> [Exercise] Could you find every line in the entries below that holds the word "revolve" and copy it?

=== Section Start ===

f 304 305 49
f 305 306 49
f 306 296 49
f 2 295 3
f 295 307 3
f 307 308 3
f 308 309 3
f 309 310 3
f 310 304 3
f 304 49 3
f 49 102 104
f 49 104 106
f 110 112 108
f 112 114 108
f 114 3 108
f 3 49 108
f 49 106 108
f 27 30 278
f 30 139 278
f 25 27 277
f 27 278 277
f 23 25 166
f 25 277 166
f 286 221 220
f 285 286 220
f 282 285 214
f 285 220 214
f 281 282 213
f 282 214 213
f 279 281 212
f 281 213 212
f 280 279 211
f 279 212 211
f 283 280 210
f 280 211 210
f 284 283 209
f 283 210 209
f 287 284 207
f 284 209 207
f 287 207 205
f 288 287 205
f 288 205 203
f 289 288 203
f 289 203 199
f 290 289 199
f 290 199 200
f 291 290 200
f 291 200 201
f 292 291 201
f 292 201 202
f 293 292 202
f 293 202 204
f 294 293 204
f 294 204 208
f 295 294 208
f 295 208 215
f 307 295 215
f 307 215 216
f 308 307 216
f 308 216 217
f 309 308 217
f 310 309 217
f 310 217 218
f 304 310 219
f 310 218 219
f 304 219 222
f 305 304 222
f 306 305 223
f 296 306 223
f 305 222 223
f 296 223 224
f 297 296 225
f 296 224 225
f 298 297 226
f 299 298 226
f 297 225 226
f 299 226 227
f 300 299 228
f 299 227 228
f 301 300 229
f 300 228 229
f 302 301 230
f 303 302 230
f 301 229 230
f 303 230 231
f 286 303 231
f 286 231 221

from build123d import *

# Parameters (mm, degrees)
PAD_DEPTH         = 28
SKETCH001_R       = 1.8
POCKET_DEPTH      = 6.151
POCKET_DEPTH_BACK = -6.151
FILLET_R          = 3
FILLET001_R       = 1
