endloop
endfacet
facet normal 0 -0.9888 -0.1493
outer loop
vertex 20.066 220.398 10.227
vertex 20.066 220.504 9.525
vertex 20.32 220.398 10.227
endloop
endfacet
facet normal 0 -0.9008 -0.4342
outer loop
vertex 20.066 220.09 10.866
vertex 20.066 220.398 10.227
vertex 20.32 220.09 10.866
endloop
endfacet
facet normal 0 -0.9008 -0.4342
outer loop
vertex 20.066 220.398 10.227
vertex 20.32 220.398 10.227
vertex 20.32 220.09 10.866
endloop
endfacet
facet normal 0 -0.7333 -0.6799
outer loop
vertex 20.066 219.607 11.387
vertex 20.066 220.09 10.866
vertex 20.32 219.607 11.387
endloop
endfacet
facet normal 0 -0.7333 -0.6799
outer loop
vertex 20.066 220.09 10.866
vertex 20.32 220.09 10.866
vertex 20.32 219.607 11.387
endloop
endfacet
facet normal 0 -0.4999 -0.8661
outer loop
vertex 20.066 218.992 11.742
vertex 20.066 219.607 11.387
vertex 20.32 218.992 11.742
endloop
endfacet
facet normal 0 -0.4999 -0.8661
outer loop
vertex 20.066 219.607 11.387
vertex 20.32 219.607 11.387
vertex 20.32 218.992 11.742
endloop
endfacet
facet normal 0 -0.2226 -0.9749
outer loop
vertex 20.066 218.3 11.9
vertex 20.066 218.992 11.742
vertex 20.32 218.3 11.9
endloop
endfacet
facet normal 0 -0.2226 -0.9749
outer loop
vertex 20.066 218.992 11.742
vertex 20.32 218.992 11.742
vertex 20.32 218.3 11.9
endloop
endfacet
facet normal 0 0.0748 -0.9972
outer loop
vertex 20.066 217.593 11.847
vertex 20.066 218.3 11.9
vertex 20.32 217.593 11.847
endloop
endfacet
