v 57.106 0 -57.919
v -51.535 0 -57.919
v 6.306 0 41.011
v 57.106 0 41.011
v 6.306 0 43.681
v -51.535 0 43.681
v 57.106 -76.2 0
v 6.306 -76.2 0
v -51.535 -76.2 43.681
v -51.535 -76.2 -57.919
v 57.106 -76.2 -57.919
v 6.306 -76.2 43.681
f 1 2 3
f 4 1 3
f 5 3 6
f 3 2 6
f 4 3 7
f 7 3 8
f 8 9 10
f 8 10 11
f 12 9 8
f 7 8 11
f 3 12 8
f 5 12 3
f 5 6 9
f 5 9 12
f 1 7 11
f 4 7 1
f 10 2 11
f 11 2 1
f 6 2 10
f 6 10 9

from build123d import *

# Parameters (mm, degrees)
F0_W     = 108.6415843582
F0_H     = 101.6
F1_DEPTH = 76.2
F2_W     = 76.2
F2_H     = 43.6811229765
F3_DEPTH = 50.8
F5_DEPTH = 50.8


with BuildPart() as f1:
    # F0 (on Front) → F1 (new body)
    with BuildSketch(Plane.XZ):
        with Locations((2.785647288, -7.1188770235)):
            Rectangle(F0_W, F0_H)
    extrude(amount=F1_DEPTH)

    # F2 (on face) → F3 (cut)
    with BuildSketch(Plane.YZ.offset(57.1064394671)):
        with Locations((-38.1, 21.8405614883)):
            Rectangle(F2_W, F2_H)
    extrude(amount=-F3_DEPTH, mode=Mode.SUBTRACT)

    # F4 (on face) → F5 (join)
    with BuildSketch(Plane.YZ.offset(6.3064394671)):
        Polygon((0, 0), (0, 41.0109274089), (-76.2, 0), align=None)
    extrude(amount=F5_DEPTH)


solid = f1.part
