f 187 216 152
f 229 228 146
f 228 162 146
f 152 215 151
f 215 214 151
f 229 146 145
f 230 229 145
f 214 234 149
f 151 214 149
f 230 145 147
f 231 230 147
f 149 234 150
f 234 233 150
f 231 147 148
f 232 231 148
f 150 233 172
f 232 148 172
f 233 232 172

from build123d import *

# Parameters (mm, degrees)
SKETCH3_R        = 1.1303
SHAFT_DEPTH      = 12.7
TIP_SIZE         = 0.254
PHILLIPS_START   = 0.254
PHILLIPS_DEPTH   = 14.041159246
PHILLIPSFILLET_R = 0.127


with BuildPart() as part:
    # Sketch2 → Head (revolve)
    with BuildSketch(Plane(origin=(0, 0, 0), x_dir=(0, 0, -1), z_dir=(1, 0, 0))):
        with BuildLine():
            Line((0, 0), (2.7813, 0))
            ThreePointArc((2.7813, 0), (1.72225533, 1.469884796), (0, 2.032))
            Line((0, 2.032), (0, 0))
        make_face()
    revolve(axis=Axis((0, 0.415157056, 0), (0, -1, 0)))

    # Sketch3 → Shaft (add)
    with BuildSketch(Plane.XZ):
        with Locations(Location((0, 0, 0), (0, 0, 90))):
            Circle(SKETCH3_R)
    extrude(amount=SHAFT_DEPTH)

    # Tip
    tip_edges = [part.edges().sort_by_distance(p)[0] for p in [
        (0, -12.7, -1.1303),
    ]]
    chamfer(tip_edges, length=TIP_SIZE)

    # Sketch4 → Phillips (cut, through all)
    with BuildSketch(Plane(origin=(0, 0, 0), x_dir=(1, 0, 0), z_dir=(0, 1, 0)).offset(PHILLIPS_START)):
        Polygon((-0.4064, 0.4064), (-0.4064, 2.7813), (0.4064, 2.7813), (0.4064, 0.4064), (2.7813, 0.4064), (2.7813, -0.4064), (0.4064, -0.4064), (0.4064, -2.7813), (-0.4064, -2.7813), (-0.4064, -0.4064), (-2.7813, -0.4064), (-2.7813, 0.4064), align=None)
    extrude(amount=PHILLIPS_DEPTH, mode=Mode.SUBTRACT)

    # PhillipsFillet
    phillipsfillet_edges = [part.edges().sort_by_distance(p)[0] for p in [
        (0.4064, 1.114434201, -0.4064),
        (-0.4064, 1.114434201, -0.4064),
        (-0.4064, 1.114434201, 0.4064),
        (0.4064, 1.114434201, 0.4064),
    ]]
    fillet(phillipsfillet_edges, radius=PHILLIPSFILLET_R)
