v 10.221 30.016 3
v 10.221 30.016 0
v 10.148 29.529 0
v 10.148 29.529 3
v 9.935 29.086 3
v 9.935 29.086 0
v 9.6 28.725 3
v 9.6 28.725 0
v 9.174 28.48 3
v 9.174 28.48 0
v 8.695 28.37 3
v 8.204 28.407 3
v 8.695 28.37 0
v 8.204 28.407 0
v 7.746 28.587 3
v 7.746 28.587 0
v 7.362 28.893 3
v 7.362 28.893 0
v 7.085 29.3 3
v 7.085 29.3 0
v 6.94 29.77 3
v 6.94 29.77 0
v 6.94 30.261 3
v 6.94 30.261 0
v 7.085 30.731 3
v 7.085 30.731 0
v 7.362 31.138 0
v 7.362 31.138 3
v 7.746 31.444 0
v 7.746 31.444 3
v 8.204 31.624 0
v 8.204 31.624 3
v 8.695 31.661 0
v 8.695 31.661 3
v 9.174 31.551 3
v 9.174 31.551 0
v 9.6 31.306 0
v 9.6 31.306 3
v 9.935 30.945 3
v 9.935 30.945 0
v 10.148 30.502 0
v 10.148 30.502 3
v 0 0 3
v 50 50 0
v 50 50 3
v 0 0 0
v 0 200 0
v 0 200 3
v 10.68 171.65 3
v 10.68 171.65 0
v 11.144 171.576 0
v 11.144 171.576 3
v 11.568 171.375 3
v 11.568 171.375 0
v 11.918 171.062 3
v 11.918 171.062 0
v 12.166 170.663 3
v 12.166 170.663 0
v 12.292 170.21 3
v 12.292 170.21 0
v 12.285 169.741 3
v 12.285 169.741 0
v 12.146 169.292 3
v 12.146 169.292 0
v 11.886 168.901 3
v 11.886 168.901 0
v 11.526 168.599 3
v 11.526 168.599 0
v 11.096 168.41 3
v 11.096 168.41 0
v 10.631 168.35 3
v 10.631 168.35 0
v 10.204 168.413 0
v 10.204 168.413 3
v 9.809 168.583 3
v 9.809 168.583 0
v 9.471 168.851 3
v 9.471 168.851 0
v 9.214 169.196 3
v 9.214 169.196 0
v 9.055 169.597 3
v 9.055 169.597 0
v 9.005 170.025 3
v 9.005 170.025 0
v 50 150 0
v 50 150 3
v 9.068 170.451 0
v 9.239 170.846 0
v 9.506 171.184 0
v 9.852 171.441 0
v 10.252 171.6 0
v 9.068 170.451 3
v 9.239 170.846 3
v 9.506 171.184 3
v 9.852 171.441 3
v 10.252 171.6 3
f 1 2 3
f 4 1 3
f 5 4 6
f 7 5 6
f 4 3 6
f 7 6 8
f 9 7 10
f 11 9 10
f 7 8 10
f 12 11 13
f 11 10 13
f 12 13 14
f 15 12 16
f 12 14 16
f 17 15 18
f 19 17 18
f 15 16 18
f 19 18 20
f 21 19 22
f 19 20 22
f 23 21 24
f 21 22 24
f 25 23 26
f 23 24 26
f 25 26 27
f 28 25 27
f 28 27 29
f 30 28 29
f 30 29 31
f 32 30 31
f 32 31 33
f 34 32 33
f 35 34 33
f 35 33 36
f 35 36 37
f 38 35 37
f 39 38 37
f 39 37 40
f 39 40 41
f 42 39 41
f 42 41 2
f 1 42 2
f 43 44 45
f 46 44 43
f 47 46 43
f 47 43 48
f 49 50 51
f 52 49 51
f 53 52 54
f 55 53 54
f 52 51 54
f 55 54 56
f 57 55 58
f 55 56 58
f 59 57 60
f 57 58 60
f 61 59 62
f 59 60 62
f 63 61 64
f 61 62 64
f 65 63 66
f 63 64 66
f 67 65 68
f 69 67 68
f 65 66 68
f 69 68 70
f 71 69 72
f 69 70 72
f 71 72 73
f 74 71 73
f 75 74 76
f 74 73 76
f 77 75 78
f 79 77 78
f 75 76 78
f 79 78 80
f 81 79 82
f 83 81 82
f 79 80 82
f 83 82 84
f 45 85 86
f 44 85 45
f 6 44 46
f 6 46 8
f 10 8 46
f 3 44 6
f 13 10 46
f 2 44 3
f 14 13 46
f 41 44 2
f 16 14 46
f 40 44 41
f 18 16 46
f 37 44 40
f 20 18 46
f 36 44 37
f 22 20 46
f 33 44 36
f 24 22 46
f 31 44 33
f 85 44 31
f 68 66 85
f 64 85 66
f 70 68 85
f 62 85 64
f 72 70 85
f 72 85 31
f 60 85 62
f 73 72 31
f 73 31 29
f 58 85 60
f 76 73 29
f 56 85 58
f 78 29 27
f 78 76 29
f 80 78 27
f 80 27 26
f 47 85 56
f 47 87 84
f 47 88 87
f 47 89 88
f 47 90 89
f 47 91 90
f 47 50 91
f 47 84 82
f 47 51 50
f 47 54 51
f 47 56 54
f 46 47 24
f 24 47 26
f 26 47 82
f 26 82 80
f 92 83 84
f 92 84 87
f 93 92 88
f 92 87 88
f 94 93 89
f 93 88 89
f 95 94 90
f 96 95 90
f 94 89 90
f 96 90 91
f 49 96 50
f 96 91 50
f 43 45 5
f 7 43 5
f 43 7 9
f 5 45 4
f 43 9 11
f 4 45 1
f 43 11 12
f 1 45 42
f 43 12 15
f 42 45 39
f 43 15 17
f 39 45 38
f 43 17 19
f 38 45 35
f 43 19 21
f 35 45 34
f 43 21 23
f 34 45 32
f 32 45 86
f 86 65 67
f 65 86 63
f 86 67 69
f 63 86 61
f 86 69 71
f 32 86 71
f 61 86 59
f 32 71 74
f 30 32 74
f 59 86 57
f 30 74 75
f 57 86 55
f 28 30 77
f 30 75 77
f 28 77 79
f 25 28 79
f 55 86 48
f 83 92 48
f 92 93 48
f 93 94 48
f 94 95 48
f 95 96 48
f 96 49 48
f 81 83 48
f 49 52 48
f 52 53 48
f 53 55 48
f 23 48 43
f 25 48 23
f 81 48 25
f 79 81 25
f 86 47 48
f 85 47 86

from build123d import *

# Parameters (mm, degrees)
EXTRUDE_1_DEPTH     = 3
SKETCH_5_R          = 1.65
CUT_EXTRUDE_1_DEPTH = 8


with BuildPart() as part:
    # Эскиз1 → Бобышка-Вытянуть1 (new body)
    with BuildSketch(Plane.XY):
        Polygon((0, 0), (0, 200), (50, 150), (50, 50), align=None)
    extrude(amount=EXTRUDE_1_DEPTH)

    # Эскиз5 → Вырез-Вытянуть1 (cut)
    with BuildSketch(Plane(origin=(-305.961161651, -184.204468703, -1.5), x_dir=(-0.9998892265297747, 0.01488404077153568, 0), z_dir=(0, 0, -1))):
        with BuildLine():
            ThreePointArc((-309.659295343, 358.877763083), (-310.142569154, 360.044489272), (-311.309295343, 360.527763083))
            Line((-311.309295343, 360.527763083), (-311.309295343, 357.227763083))
            ThreePointArc((-311.309295343, 357.227763083), (-310.142569154, 357.711036894), (-309.659295343, 358.877763083))
        make_face()
        with BuildLine():
            Line((-311.309295343, 357.227763083), (-311.309295343, 360.527763083))
            ThreePointArc((-311.309295343, 360.527763083), (-312.959295343, 358.877763083), (-311.309295343, 357.227763083))
        make_face()
        with Locations(Location((-311.309295343, 218.877763083, 0), (0, 0, 179.147175791))):
            Circle(SKETCH_5_R)
    extrude(amount=-CUT_EXTRUDE_1_DEPTH, mode=Mode.SUBTRACT)


solid = part.part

=== Section End ===

> [Worked solution]
    # Sketch2 → Head (revolve)
    revolve(axis=Axis((0, 0.415157056, 0), (0, -1, 0)))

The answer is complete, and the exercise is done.